Смерть караванщика (СИ)
В конце концов, Бен-али, сам себе удивляясь, выложил за неё непомерную, по его меркам, сумму, и перекинул ковёр с принцессой через седло.
* * *
В Караван-сарае, где стояли его верблюды, и хранился товар, в своей каморке Бен развернул ковёр и долго рассматривал девушку… Её выпуклые тёмные губы и узкое вытянутое лицо были своеобразно красивым. Девушка не шевелилась, и смотрела на заросшее бородой, морщинистое и сухое лицо Бена-али тусклым, ничего не выражающим взглядом.
Ещё третьего дня она, спокойная и счастливая, гуляла по цветущей весенней саванне вблизи большого селения, в котором правил её отец, великий вождь Мганма. У неё были служанки, и были женихи, и звали её Нкозана, что означало «принцесса». Она метко стреляла из лука, который подарил ей отец, и из дорогих винтовок, которые в селении были только у вождя, и могла с плеча глубоко загнать в ствол дерева тяжёлое копьё. Она была сильна, молода, красива и свободна. И отец, наконец, оповестил всех, что пришла пора её сватать.
И вот её подстерегли и украли… Теперь она поняла, кто это сделал: это были мужчины из соседнего селения, которых подговорил их односельчанин, Бота, один из её женихов, который к ней сватался, и которому она с усмешкой отказала.
Зачем ей чужак, когда ей нравился свой парень, Бвана – красавец, силач и прекрасный охотник из своего племени!
Однажды, когда они бродили с ним вдвоём в зарослях, она, вопреки строгим правилам для девушек, как бы нечаянно, развязала на нём набедренную повязку: ей хотелось посмотреть на его «тигра». Она ведь дочь вождя, и все эти девичьи правила не для неё.
«Тигр» у Бвана был красив и силён, как и он сам. О, как он поднялся ей навстречу!.. Она так удивилась, что не удержалась и взялась за него рукой. Бвана смеялся её удивлению и сказал: «Поцелуй его, Нкоза! Раз тебе хочется…» Она совсем недолго целовала «тигра», совсем чуть-чуть, как вдруг в лицо ей плеснули струйки его белого семени. Она засмеялась, вскочила и кинулась бежать, а Бвана, издав боевой клич, пустился за нею… В тот раз они, влюблённые и счастливые, носились по саванне до самого заката, пока вдали не послышался вечерний рык льва, устраивавшего свой прайд на ночь, и на реке не закричал сонный гиппопо…
О, Бвана, где ты?.. Приди же скорее и посмотри, что делают с твоею Нкозой!

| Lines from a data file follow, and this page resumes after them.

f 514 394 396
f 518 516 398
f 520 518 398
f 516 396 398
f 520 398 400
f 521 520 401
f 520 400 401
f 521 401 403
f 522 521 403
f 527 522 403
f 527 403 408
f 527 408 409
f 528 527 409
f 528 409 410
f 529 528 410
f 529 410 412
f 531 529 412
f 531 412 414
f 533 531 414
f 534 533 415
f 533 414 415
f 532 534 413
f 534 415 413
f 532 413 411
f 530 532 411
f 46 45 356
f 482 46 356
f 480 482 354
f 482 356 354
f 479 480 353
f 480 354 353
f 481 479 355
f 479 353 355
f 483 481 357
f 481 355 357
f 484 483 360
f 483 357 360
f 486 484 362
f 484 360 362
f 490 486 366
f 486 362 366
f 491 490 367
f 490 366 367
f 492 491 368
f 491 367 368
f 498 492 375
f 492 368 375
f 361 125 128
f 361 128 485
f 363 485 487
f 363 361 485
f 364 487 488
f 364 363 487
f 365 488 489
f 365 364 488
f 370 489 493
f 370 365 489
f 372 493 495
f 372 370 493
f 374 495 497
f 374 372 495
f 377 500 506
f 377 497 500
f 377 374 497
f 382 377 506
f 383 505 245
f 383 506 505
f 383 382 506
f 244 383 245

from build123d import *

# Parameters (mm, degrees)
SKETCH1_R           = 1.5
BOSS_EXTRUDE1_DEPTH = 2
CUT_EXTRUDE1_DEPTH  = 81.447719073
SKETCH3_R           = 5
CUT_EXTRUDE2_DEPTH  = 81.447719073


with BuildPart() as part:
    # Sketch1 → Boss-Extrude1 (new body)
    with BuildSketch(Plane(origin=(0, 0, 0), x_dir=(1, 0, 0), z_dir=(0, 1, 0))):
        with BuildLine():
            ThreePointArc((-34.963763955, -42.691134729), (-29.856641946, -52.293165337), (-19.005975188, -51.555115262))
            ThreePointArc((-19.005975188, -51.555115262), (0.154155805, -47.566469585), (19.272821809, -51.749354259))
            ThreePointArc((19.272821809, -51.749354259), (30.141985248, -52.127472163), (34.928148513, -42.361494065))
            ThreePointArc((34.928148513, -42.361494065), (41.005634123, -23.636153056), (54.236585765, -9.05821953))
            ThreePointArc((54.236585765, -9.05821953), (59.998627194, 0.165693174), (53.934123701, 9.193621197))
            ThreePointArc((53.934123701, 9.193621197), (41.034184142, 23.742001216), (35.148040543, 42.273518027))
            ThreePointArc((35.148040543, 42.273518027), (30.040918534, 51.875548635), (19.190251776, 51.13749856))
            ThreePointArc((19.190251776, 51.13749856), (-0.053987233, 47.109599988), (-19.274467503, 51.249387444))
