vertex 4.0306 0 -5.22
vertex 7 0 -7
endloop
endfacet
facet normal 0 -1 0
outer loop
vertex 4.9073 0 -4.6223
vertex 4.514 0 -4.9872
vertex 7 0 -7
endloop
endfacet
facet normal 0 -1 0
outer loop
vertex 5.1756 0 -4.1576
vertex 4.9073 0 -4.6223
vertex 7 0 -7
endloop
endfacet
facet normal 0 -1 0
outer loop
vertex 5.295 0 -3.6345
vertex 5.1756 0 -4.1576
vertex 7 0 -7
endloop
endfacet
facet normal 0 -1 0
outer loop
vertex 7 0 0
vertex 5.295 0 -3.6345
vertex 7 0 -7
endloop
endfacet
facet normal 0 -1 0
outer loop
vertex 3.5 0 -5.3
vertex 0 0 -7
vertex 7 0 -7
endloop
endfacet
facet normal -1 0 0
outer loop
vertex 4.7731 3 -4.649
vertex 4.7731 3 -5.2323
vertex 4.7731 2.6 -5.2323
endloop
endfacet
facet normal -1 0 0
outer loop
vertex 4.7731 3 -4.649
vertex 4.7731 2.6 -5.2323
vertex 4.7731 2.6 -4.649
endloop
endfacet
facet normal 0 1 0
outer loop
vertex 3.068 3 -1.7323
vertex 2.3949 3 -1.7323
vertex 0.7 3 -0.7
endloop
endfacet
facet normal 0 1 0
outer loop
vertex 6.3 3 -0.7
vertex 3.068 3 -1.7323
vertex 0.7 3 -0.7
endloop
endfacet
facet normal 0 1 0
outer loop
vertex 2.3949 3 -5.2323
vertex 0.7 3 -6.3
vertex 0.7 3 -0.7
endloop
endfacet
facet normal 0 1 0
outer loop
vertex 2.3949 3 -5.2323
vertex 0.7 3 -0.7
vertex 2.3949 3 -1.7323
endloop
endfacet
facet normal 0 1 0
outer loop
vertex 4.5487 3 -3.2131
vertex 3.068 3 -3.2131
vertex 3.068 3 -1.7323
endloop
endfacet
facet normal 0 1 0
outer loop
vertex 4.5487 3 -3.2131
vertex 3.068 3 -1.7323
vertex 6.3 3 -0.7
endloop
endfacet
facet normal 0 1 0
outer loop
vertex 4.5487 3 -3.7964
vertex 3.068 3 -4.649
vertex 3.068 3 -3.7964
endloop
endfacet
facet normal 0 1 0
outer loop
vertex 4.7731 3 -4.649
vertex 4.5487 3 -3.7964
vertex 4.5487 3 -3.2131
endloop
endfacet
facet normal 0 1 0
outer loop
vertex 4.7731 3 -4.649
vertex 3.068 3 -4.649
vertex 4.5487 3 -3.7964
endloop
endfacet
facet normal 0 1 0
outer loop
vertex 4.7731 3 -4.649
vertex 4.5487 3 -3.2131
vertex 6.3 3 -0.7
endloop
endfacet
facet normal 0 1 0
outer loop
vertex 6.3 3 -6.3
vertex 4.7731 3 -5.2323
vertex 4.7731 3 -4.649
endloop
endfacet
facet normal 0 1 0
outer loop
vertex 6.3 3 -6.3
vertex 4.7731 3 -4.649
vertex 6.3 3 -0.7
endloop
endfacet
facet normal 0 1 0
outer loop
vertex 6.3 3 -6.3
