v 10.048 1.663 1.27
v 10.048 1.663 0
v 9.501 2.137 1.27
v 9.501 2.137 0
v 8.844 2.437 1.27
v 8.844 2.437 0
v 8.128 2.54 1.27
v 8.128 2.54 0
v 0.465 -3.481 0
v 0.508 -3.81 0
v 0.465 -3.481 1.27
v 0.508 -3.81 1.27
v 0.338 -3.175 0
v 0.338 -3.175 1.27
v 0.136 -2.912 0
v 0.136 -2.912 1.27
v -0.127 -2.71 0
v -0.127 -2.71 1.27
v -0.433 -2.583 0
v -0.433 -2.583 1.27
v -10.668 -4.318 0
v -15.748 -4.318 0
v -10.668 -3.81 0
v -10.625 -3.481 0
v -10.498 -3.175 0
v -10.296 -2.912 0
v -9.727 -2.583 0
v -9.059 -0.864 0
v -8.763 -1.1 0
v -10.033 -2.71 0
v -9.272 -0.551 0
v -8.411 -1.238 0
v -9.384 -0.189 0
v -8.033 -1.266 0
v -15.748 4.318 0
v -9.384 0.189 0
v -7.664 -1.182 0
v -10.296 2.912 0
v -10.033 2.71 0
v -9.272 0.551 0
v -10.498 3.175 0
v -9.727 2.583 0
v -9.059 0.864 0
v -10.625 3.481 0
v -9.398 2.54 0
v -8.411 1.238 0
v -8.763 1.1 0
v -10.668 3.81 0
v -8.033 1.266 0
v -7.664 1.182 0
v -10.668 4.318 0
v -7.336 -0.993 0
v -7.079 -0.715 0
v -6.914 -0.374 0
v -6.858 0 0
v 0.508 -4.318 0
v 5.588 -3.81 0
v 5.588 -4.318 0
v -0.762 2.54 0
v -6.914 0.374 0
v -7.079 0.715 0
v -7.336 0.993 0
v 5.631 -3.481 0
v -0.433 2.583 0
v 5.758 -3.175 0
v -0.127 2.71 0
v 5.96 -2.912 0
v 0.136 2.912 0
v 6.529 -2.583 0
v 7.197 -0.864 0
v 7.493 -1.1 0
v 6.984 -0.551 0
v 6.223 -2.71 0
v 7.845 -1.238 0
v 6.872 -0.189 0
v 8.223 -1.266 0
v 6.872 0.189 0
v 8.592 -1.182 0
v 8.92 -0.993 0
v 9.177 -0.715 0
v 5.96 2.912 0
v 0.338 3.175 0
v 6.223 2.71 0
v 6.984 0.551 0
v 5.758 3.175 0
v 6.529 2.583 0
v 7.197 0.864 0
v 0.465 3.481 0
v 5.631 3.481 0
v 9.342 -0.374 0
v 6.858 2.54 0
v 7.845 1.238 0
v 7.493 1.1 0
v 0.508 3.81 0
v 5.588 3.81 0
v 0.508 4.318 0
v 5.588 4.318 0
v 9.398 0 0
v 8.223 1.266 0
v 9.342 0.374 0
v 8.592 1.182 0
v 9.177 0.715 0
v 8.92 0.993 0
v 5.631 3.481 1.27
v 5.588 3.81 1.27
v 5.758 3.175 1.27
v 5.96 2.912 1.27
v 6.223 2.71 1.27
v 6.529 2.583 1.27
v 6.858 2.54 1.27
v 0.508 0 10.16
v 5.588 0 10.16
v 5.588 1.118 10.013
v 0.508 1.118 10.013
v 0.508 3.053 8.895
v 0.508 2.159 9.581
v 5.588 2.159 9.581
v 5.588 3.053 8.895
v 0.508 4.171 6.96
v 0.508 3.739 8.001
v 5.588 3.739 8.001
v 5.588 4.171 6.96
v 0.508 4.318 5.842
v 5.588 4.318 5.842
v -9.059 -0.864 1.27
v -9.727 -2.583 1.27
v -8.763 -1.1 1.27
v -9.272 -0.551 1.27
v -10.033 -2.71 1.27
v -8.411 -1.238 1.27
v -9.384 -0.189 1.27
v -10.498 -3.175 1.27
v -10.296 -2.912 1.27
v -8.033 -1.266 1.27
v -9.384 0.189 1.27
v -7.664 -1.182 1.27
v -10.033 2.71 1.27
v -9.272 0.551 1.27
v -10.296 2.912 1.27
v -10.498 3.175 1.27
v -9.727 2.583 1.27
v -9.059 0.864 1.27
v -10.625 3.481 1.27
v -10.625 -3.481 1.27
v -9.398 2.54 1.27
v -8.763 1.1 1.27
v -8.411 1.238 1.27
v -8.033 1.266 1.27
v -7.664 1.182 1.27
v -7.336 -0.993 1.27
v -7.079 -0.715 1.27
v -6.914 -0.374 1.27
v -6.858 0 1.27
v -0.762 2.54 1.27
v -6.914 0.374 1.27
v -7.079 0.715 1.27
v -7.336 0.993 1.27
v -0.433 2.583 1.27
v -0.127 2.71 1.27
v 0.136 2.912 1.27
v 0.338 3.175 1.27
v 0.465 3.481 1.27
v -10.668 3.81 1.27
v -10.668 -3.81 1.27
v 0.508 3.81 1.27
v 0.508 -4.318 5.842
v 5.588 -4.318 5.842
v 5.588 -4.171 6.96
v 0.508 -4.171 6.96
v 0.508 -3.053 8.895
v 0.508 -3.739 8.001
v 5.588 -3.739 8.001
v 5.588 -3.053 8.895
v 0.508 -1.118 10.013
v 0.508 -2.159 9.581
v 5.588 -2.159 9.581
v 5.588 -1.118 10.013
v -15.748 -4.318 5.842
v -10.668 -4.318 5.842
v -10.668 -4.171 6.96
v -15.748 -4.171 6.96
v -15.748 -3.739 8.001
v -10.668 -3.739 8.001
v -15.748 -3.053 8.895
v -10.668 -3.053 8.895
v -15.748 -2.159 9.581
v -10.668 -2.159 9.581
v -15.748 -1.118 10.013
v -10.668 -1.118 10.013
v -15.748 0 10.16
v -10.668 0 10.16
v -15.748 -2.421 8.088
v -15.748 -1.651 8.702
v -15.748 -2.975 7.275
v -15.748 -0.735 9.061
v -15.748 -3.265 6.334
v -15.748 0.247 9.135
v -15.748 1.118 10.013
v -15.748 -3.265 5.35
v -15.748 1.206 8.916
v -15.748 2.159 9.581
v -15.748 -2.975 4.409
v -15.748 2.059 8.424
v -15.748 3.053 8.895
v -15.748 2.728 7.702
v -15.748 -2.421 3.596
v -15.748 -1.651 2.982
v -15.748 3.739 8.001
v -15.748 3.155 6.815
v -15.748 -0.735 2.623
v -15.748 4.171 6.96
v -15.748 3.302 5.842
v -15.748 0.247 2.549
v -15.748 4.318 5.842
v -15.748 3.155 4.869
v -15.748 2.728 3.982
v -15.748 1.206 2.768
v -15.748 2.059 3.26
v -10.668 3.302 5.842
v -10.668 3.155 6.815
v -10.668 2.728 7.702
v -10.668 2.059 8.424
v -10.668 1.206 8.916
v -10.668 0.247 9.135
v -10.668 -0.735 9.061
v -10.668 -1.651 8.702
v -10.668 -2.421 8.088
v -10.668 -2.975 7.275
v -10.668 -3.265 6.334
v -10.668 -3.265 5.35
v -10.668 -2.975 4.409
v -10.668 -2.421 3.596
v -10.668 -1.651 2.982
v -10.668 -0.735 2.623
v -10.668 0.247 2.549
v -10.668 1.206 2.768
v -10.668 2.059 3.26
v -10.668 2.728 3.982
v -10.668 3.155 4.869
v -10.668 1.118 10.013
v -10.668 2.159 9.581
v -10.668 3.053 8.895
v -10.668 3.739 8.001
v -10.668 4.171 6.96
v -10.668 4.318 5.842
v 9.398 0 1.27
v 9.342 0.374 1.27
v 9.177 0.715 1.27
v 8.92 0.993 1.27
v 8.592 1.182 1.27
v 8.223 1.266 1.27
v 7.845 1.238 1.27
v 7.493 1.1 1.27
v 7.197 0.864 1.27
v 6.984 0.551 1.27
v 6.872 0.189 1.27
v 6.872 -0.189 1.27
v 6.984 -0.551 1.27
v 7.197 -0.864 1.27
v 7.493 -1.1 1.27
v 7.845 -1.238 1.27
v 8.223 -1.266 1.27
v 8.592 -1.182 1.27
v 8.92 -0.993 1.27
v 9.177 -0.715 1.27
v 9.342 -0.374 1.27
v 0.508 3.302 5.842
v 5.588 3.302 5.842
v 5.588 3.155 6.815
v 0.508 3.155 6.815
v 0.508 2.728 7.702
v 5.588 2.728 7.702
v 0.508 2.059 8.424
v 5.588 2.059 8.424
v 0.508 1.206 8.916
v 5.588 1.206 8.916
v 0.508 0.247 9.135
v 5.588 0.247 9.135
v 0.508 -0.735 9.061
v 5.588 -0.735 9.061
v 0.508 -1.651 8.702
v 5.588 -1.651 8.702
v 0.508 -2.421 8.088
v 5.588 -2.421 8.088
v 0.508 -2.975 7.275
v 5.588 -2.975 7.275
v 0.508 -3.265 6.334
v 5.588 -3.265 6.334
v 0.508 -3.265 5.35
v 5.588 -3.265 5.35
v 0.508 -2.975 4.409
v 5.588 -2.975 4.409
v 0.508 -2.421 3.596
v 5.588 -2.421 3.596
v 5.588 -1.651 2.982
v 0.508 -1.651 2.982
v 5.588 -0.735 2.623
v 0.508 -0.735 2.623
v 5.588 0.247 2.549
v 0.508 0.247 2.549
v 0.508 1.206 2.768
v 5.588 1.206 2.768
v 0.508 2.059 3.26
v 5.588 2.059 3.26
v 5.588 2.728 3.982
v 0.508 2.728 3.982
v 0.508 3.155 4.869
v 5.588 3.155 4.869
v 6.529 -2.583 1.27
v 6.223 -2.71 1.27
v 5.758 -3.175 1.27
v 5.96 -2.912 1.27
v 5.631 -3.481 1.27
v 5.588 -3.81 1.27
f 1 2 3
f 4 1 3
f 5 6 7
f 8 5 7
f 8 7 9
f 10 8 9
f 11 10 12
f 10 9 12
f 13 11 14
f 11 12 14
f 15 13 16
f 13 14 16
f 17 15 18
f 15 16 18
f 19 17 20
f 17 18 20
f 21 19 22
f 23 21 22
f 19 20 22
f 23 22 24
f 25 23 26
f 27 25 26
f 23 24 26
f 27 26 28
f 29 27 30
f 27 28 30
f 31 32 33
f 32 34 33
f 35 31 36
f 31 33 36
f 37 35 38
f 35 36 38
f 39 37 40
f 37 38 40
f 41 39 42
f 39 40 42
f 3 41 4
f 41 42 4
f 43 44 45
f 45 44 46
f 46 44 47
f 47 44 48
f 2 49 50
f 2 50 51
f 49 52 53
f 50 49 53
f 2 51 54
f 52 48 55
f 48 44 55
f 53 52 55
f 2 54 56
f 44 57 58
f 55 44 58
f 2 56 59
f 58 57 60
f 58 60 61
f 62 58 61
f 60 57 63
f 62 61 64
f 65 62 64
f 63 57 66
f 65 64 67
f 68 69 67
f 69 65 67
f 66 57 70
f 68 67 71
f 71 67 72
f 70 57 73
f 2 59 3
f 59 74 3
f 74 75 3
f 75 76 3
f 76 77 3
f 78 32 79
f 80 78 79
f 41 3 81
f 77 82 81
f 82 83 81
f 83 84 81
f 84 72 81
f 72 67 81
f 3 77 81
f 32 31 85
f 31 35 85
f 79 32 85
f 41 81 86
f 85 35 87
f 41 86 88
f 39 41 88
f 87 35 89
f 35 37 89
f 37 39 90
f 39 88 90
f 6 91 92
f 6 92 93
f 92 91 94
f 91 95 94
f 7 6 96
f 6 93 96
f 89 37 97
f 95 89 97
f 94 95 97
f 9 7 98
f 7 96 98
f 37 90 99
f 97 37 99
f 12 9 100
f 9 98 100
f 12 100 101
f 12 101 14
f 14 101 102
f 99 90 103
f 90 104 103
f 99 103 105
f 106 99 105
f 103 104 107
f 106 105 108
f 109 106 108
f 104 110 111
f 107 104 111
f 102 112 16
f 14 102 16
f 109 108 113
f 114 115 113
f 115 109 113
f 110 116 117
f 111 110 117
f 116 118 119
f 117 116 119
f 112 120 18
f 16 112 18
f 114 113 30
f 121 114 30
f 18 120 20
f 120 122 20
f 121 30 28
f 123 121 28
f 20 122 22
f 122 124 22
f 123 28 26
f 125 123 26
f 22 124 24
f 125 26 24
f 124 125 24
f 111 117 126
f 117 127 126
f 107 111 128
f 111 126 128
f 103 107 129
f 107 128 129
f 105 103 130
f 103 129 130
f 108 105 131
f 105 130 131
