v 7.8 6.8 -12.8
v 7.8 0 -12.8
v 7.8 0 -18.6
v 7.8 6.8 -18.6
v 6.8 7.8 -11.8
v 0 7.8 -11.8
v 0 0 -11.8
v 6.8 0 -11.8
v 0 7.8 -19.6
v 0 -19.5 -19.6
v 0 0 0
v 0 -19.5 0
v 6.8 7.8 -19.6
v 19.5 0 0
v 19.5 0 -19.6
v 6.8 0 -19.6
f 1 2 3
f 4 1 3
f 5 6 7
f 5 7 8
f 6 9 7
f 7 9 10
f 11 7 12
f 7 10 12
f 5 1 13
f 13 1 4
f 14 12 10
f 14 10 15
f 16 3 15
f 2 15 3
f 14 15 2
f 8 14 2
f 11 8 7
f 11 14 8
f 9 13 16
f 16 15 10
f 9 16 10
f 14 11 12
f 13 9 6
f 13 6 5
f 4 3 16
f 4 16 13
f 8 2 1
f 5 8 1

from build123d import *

# Parameters (mm, degrees)
BOSS_EXTRUDE1_DEPTH = 19.6
BOSS_EXTRUDE4_DEPTH = 7.8
CHAMFER3_SIZE       = 1


with BuildPart() as part:
    # Sketch1 → Boss-Extrude1 (new body)
    with BuildSketch(Plane.XY):
        Polygon((0, 0), (0, -19.5), (19.5, 0), align=None)
    extrude(amount=-BOSS_EXTRUDE1_DEPTH)

    # Sketch2 → Boss-Extrude4 (add)
    with BuildSketch(Plane(origin=(0, 0, 0), x_dir=(1, 0, 0), z_dir=(0, 1, 0))):
        Polygon((7.8, 19.6), (0, 19.6), (0, 13.7), (0, 11.8), (7.8, 11.8), align=None)
    extrude(amount=BOSS_EXTRUDE4_DEPTH)

    # Chamfer3
    chamfer3_edges = [part.edges().sort_by_distance(p)[0] for p in [
        (7.8, 3.9, -11.8),
        (7.8, 3.9, -19.6),
        (7.8, 7.8, -15.7),
    ]]
    chamfer(chamfer3_edges, length=CHAMFER3_SIZE)


solid = part.part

Эти мерзкие, страшные бородатые арабы… Освободи меня, Бвана!
* * *
Когда Бен-али, исполнившись вожделением, придавил ладонями её выпуклые груди и навис над нею, сильная рука неожиданно захватила его длинную бороду у подбородка и резко пригнула его голову к земле. Девушка приблизила к нему вплотную иссиня-чёрное лицо, ощерилась белоснежными зубами и злобно зашипела, готовая вцепиться в горло.
Бен в испуге отпрянул, в озлоблении выхватил нож и приставил к её длинной шее... «Ты что, шлюха? – гортанно закричал он. – Смерти хочешь?! Я тебя купил! Ты моя собственность!!» Но чёрная девушка уже отвернулась и равнодушно смотрела в сторону. Да и поняла ли она его?

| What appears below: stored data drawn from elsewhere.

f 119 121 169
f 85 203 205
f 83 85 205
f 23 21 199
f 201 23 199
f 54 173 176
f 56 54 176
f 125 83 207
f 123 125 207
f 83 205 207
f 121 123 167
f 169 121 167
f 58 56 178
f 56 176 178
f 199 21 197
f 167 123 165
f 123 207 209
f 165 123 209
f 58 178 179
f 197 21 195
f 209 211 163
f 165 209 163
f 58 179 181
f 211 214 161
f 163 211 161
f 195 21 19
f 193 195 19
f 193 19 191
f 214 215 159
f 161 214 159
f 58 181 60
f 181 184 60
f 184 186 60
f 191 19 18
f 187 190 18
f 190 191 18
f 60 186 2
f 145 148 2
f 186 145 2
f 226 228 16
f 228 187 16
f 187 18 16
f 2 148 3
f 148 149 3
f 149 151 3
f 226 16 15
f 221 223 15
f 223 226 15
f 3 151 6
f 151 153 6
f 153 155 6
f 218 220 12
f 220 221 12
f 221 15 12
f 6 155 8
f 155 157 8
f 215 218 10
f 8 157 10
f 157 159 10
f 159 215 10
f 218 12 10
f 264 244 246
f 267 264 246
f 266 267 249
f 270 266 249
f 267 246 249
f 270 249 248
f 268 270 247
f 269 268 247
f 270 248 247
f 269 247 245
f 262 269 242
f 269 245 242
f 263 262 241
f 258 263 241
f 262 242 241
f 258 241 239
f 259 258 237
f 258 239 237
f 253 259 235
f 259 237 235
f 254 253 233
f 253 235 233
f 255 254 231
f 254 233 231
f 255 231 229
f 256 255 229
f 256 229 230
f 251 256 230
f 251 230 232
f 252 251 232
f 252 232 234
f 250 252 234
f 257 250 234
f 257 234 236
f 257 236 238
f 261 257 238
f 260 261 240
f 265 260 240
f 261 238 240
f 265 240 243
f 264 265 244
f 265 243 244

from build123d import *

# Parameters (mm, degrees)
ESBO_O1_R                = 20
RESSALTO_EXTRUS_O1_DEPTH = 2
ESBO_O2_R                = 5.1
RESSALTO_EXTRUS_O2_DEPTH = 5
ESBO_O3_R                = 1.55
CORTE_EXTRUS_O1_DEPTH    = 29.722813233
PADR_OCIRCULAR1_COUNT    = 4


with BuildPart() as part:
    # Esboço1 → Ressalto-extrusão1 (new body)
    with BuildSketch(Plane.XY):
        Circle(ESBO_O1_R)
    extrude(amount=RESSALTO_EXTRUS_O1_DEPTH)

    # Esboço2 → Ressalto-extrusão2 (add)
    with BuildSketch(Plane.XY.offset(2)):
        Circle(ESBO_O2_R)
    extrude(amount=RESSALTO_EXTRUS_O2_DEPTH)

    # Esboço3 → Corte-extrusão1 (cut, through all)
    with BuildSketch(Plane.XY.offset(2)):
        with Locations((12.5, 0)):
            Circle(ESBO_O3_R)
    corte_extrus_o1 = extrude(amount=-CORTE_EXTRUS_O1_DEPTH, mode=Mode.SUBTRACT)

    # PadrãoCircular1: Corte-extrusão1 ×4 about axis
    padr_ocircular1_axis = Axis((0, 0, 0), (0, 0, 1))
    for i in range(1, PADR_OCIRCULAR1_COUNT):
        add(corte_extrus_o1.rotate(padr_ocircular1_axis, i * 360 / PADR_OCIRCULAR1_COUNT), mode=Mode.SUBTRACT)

Бедуин Бен посидел над нею, тяжело дыша, потом спрятал нож, поднялся. Желание исчезло… От это чёрной можно ожидать чего угодно, и в самый неподходящий момент. Но он всё равно её отведает! Хотя бы для этого пришлось спустить с неё всю шкуру. Когда это настоящий бедуин отступал перед женщиной? Хоть чёрной, хоть белой, хоть жёлтой… А плоть, не зависимо от цвета, есть плоть: она нужна для удовольствий.
* * *
…Несколько невольниц, закутанные в бурнусы, сидят между горбами верблюдов, сидят смирно, покорно, чем радуют сердце Бена-Али. Они смирились со своею участью, и хозяин для них теперь – всё: и защитник, и кормилец. На стоянках, если он потребует, каждая отдастся ему беспрекословно, пусть и на глазах у погонщиков - в пустыне спрятаться негде. Только одна из них, чёрная, не делает этого… Хотя Бен уламывал её по всякому, и лаской, и силой. Нет! Она непреклонна, тверда как эбеновое дерево.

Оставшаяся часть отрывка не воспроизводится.